As we move into the meat of the second half of 2016 and the all-important fourth quarter, it’s worth taking a look a big business contradiction that’s currently playing out.
Check out the chart below. It summarises the year-to-date stock performance of General Motors, Ford, Fiat Chrysler Automobiles, Ferrari, and Tesla — the major publicly traded automakers that we keep track of at Business Insider:
Everybody except Ferrari is in the red — and Ferrari, which just began trading last year after its IPO, is just barely in positive territory.
Also, the share prices of car makers are moving in lockstep. Even Tesla, which has typically been more volatile than the others, is following the same pattern. (By the way, the reason FCA is so much lower than the rest is that its own IPO happened in early 2015, and the subsequent Ferrari IPO — Ferrari was FCA-owned — sucked considerable value out of the company.)
Meanwhile, the US auto market has been booming, setting a sales record in 2015: 17.5 million new cars and trucks rolled of dealer lots. This year, the market is running at around the same pace, although there’s widespread speculation that it’s plateaued. Ford, GM, and FCA have posted consistent profits and strong sales for years.
Carmakers’ investors weren’t rewarded much during this period, although Ford and GM have been paying dividends. And anyone who invested in Tesla, well, they knew they were in for a wile ride.

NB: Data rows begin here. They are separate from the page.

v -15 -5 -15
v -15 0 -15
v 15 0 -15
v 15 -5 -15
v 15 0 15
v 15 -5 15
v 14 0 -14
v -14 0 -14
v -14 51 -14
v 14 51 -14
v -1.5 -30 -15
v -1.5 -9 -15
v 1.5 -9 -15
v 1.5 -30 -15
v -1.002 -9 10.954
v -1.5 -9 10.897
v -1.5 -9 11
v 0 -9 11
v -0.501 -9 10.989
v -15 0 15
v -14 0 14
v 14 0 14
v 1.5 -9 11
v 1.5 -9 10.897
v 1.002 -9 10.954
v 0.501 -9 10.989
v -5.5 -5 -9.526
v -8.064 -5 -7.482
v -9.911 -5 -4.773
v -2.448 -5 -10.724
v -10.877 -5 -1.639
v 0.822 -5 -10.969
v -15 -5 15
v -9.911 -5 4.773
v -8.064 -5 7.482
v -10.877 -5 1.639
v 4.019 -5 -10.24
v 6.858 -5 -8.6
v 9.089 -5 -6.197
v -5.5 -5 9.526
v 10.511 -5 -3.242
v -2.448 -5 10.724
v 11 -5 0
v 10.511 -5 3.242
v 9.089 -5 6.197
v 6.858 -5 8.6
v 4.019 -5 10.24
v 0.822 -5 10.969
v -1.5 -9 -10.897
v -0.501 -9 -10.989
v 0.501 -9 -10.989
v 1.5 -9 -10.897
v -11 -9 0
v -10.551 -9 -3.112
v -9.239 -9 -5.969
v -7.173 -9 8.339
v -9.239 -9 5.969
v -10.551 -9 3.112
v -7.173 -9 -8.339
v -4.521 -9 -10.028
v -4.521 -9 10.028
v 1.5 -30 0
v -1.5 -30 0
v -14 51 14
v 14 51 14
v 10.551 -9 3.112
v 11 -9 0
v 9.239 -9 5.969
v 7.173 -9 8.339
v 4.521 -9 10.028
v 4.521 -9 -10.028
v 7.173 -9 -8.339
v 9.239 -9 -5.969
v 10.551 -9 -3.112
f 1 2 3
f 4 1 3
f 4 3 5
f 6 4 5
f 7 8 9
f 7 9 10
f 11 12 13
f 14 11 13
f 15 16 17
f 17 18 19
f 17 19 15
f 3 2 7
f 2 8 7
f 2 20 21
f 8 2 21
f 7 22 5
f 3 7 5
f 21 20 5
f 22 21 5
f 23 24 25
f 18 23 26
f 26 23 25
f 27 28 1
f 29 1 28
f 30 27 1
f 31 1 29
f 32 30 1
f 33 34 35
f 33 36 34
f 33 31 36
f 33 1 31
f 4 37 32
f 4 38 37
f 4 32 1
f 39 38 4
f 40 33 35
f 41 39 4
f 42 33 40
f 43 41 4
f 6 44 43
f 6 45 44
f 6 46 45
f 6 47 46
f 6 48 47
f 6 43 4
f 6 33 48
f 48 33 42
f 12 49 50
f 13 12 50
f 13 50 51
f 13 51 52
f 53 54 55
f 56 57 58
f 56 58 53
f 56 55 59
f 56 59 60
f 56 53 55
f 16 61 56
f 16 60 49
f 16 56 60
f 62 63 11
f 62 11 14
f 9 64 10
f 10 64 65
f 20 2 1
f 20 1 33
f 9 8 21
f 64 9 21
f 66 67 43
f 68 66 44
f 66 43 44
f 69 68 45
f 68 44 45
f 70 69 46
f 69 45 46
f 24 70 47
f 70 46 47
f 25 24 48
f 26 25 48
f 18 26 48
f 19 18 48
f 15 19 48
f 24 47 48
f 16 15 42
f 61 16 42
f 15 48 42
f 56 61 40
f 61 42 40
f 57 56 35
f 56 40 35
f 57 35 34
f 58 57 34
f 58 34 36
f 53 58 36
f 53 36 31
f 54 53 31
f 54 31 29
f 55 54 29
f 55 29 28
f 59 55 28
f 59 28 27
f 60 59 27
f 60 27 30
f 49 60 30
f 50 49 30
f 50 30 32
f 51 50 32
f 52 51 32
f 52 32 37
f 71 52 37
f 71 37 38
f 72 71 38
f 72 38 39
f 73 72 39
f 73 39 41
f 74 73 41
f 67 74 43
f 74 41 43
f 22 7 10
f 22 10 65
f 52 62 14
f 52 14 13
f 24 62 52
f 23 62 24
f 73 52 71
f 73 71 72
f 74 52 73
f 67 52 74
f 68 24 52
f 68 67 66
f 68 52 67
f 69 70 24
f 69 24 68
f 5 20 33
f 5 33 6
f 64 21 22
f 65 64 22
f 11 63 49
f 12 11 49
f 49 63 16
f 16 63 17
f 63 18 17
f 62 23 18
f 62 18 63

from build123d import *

# Parameters (mm, degrees)
F0_W     = 28
F0_H     = 28
F1_DEPTH = 51
F2_W     = 30
F2_H     = 30
F3_DEPTH = 5
F4_R     = 11
F5_DEPTH = 4
F6_W     = 3
F6_H     = 15
F7_DEPTH = 21
F9_DEPTH = 3


with BuildPart() as f1:
    # F0 (on Front) → F1 (new body)
    with BuildSketch(Plane.XZ):
        Rectangle(F0_W, F0_H)
    extrude(amount=-F1_DEPTH)

    # F2 (on Front) → F3 (join)
    with BuildSketch(Plane.XZ):
        Rectangle(F2_W, F2_H)
    extrude(amount=F3_DEPTH)

    # F4 (on face) → F5 (join)
    with BuildSketch(Plane.XZ.offset(5)):
        Circle(F4_R)
    extrude(amount=F5_DEPTH)

    # F6 (on face) → F7 (join)
    with BuildSketch(Plane.XZ.offset(9)):
        with Locations((0, -7.5)):
            Rectangle(F6_W, F6_H)
    extrude(amount=F7_DEPTH)

    # F8 (on face) → F9 (join)
    with BuildSketch(Plane.YZ.offset(1.5)):
        Polygon((-9, 11), (-30, 0), (-9, 0), align=None)
    extrude(amount=-F9_DEPTH)


solid = f1.part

Will this story change as 2016 winds down? Probably not. Tesla’s value is anybody’s guess, but the more established automakers are already anticipating a downturn, and the market is starting to price that in. For example, Ford held an investor conference this week and announced that it would see weakening profits in 2017 as it ramps up investment.
That news didn’t affect the stock price much at all: it’s now trading at around $12 a share, a position similar to where it was at the beginning of the year when it first began to slide.